I know this may sound cheesy but I dont want to end up working FOR someone. I want to do something FOR myself, I want to create something that makes a difference in the world of tech. I want to be a tech entrepreneur. I was wondering if there is someone on TDF who has gone the stuff I am going through right now, and made it, and if that person could help AND guide me.
I know there is good education in BITS but Im not so sure about BITSAT either.
I need someone to guide me and suggest me that How should I study, how long, which books and which exams should I focus on. Basically I dont want to go to any IITs(As if Ill get comp. sc. lol) so I need to know HOW can I get a good rank in AIEEE or clear BITS. Should I drop a year? Or not?
I am already regretting not preparing for SATs. American education is quite good(And honestly, Im not that patriotic either).

I know this question is confusing, its too long, the question isn't direct and possible Im way too annoying, but if some one could just take some time to write a reply and help me out, Ill be really really thankful.  
So, well, thats it.
Thanks in advance.


----------



## ritvij (Jun 21, 2012)

now that's a big question..
mate i have passed 12th this year and have taken cs in srm univ..
since you are my kinda guy.. hate IIT's..
here's what you can do..
study hard in 12th and try for a private univ this year.. DO NOT waste a year as it will just ruin your career. (because even if you drop and fail to get good marks in aieee or whateva..)

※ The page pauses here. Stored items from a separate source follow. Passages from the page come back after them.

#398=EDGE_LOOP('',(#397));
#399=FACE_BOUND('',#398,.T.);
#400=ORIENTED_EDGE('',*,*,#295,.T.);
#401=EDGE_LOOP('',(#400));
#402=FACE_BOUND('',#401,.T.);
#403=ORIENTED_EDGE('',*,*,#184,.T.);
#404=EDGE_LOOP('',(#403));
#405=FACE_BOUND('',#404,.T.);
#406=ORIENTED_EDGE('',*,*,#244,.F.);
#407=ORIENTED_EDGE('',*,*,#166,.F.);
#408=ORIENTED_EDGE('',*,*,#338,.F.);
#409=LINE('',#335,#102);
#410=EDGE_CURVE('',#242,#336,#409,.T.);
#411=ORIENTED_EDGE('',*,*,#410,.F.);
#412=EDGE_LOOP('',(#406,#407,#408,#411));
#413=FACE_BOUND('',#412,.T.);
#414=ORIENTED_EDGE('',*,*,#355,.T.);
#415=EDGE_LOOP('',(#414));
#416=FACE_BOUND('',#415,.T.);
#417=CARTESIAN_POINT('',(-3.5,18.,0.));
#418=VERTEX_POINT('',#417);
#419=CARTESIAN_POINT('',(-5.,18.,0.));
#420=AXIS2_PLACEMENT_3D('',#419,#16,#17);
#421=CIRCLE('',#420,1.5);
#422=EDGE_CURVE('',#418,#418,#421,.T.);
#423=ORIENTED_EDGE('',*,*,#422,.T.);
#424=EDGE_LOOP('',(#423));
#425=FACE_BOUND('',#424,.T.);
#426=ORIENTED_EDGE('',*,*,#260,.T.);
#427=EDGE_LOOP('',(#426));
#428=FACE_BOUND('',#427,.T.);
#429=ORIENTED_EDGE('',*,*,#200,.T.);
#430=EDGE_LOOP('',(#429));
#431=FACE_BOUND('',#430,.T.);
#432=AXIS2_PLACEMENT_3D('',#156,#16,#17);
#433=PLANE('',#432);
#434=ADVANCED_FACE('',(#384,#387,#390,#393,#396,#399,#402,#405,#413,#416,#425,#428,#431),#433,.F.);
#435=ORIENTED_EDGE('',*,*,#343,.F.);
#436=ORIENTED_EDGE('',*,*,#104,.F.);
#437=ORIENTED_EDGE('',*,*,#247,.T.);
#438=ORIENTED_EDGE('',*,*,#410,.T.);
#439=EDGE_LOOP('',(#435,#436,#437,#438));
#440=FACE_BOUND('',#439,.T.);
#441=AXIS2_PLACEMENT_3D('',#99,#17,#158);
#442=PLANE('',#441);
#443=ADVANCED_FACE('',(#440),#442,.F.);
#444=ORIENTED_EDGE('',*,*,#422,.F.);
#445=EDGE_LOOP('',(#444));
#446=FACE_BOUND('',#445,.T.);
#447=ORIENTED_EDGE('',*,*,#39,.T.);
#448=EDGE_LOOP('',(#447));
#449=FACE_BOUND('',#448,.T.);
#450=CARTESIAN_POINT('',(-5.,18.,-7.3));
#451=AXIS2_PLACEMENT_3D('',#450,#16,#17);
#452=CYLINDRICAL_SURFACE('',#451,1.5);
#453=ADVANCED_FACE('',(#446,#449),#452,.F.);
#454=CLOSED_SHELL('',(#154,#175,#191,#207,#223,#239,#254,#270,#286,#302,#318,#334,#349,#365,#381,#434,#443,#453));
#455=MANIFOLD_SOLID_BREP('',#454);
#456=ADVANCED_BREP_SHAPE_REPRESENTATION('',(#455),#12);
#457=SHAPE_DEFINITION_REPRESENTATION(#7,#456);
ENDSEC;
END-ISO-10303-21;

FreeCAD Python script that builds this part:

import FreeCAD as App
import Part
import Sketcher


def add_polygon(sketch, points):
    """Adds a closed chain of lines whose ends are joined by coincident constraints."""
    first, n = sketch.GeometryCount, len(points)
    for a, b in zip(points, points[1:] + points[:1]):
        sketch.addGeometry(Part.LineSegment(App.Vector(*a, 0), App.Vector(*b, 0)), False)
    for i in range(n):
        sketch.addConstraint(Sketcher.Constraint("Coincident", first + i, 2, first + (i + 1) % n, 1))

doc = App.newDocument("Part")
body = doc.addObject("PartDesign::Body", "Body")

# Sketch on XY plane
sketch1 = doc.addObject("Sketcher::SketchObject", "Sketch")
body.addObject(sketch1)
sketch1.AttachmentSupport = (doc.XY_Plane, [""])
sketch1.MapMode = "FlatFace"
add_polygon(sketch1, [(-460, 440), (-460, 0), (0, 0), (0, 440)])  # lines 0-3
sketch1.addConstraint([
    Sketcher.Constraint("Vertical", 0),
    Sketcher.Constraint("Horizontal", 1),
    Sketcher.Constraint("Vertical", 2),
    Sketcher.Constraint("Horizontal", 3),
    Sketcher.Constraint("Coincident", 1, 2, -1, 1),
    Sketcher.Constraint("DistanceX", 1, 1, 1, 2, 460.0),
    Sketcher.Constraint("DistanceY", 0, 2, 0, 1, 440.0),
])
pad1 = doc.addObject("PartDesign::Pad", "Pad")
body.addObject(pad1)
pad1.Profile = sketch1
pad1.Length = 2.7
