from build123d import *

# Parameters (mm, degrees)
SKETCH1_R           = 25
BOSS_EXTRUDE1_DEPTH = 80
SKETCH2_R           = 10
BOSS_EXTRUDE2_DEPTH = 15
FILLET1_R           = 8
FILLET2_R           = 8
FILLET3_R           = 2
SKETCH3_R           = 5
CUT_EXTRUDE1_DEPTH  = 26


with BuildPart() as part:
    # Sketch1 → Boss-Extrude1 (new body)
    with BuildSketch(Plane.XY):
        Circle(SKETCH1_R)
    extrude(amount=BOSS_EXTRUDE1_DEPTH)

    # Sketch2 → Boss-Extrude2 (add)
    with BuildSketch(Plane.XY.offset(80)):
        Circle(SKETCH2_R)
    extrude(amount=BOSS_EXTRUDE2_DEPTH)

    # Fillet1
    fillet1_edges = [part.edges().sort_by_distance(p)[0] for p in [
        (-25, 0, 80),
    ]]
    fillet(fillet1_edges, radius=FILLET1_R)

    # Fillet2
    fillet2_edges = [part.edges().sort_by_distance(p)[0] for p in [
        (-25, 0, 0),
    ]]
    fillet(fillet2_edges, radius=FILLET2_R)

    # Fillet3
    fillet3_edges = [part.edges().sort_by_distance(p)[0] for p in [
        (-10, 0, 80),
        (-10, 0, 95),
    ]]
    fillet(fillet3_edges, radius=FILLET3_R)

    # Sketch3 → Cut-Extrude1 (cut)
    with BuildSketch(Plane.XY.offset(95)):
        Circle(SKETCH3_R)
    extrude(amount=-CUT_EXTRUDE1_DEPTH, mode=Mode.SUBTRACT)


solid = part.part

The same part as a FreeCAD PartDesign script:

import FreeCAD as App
import Part
import Sketcher

V = App.Vector
Q = App.Units.Quantity


def edges_at(feature, points):
    """Names of the edges that pass closest to the given points."""
    edges = feature.Shape.Edges
    near = lambda p: min(range(len(edges)), key=lambda i: edges[i].distToShape(Part.Vertex(*p))[0])
    return sorted({f"Edge{near(p) + 1}" for p in points})

doc = App.newDocument("Part")
body = doc.addObject("PartDesign::Body", "Body")

sketch1 = body.newObject("Sketcher::SketchObject", "Sketch")
sketch1.AttachmentSupport = (doc.getObject("XY_Plane"), [""])
sketch1.MapMode = "FlatFace"
sketch1.addGeometry(Part.Circle(V(0, 0, 0), V(0, 0, 1), 25), False)
sketch1.addConstraint([
    Sketcher.Constraint("Coincident", 0, 3, -1, 1),
    Sketcher.Constraint("Diameter", 0, Q("50 mm")),
])
pad1 = body.newObject("PartDesign::Pad", "Pad")
pad1.Profile = sketch1
pad1.Length = 80

sketch2 = body.newObject("Sketcher::SketchObject", "Sketch001")
sketch2.AttachmentSupport = (doc.getObject("XY_Plane"), [""])
sketch2.MapMode = "FlatFace"
sketch2.AttachmentOffset = App.Placement(V(0, 0, 80), App.Rotation())
sketch2.addGeometry(Part.Circle(V(0, 0, 0), V(0, 0, 1), 10), False)
sketch2.addConstraint([
    Sketcher.Constraint("Coincident", 0, 3, -1, 1),
    Sketcher.Constraint("Diameter", 0, Q("20 mm")),
])
pad2 = body.newObject("PartDesign::Pad", "Pad001")
pad2.Profile = sketch2
pad2.Length = 15
doc.recompute()

fillet = body.newObject("PartDesign::Fillet", "Fillet")
fillet.Base = (pad2, edges_at(pad2, [(-25, 0, 80)]))
fillet.Radius = 8
doc.recompute()

fillet2 = body.newObject("PartDesign::Fillet", "Fillet001")
fillet2.Base = (fillet, edges_at(fillet, [(-25, 0, 0)]))
fillet2.Radius = 8
doc.recompute()

fillet3 = body.newObject("PartDesign::Fillet", "Fillet002")
fillet3.Base = (fillet2, edges_at(fillet2, [(-10, 0, 80), (-10, 0, 95)]))
fillet3.Radius = 2

sketch3 = body.newObject("Sketcher::SketchObject", "Sketch002")
sketch3.AttachmentSupport = (doc.getObject("XY_Plane"), [""])
sketch3.MapMode = "FlatFace"
sketch3.AttachmentOffset = App.Placement(V(0, 0, 95), App.Rotation())
sketch3.addGeometry(Part.Circle(V(0, 0, 0), V(0, 0, 1), 5), False)
sketch3.addConstraint([
    Sketcher.Constraint("Coincident", 0, 3, -1, 1),
    Sketcher.Constraint("Diameter", 0, Q("10 mm")),
])
pocket1 = body.newObject("PartDesign::Pocket", "Pocket")
pocket1.Profile = sketch3
pocket1.Length = 26

doc.recompute()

for AIEEE study 12th seriously.. revise a few topics of 11th..
for BITS.. you need a lotta practice.. 
i also screwed up 11th.. 63% marks.. with 4 marks in chem..
and forget about quality education in India..
study by yourself from any good univ and you will be able to do what you want to do in life.. in our country, sadly its the brand name of the univ that matters..


----------



## tech_boy (Jun 21, 2012)

Hey, prepare well for competitive exams and get Computer Science...... Don't settle for any other branch in which u hav zero interest. Don't worry, keep patience,set ur target and work hard(1 year is still there with u). All the best.


----------



## papul1993 (Jun 22, 2012)

ritvij said:


> DO NOT waste a year as it will just ruin your career. (because even if you drop and fail to get good marks in aieee or whateva..)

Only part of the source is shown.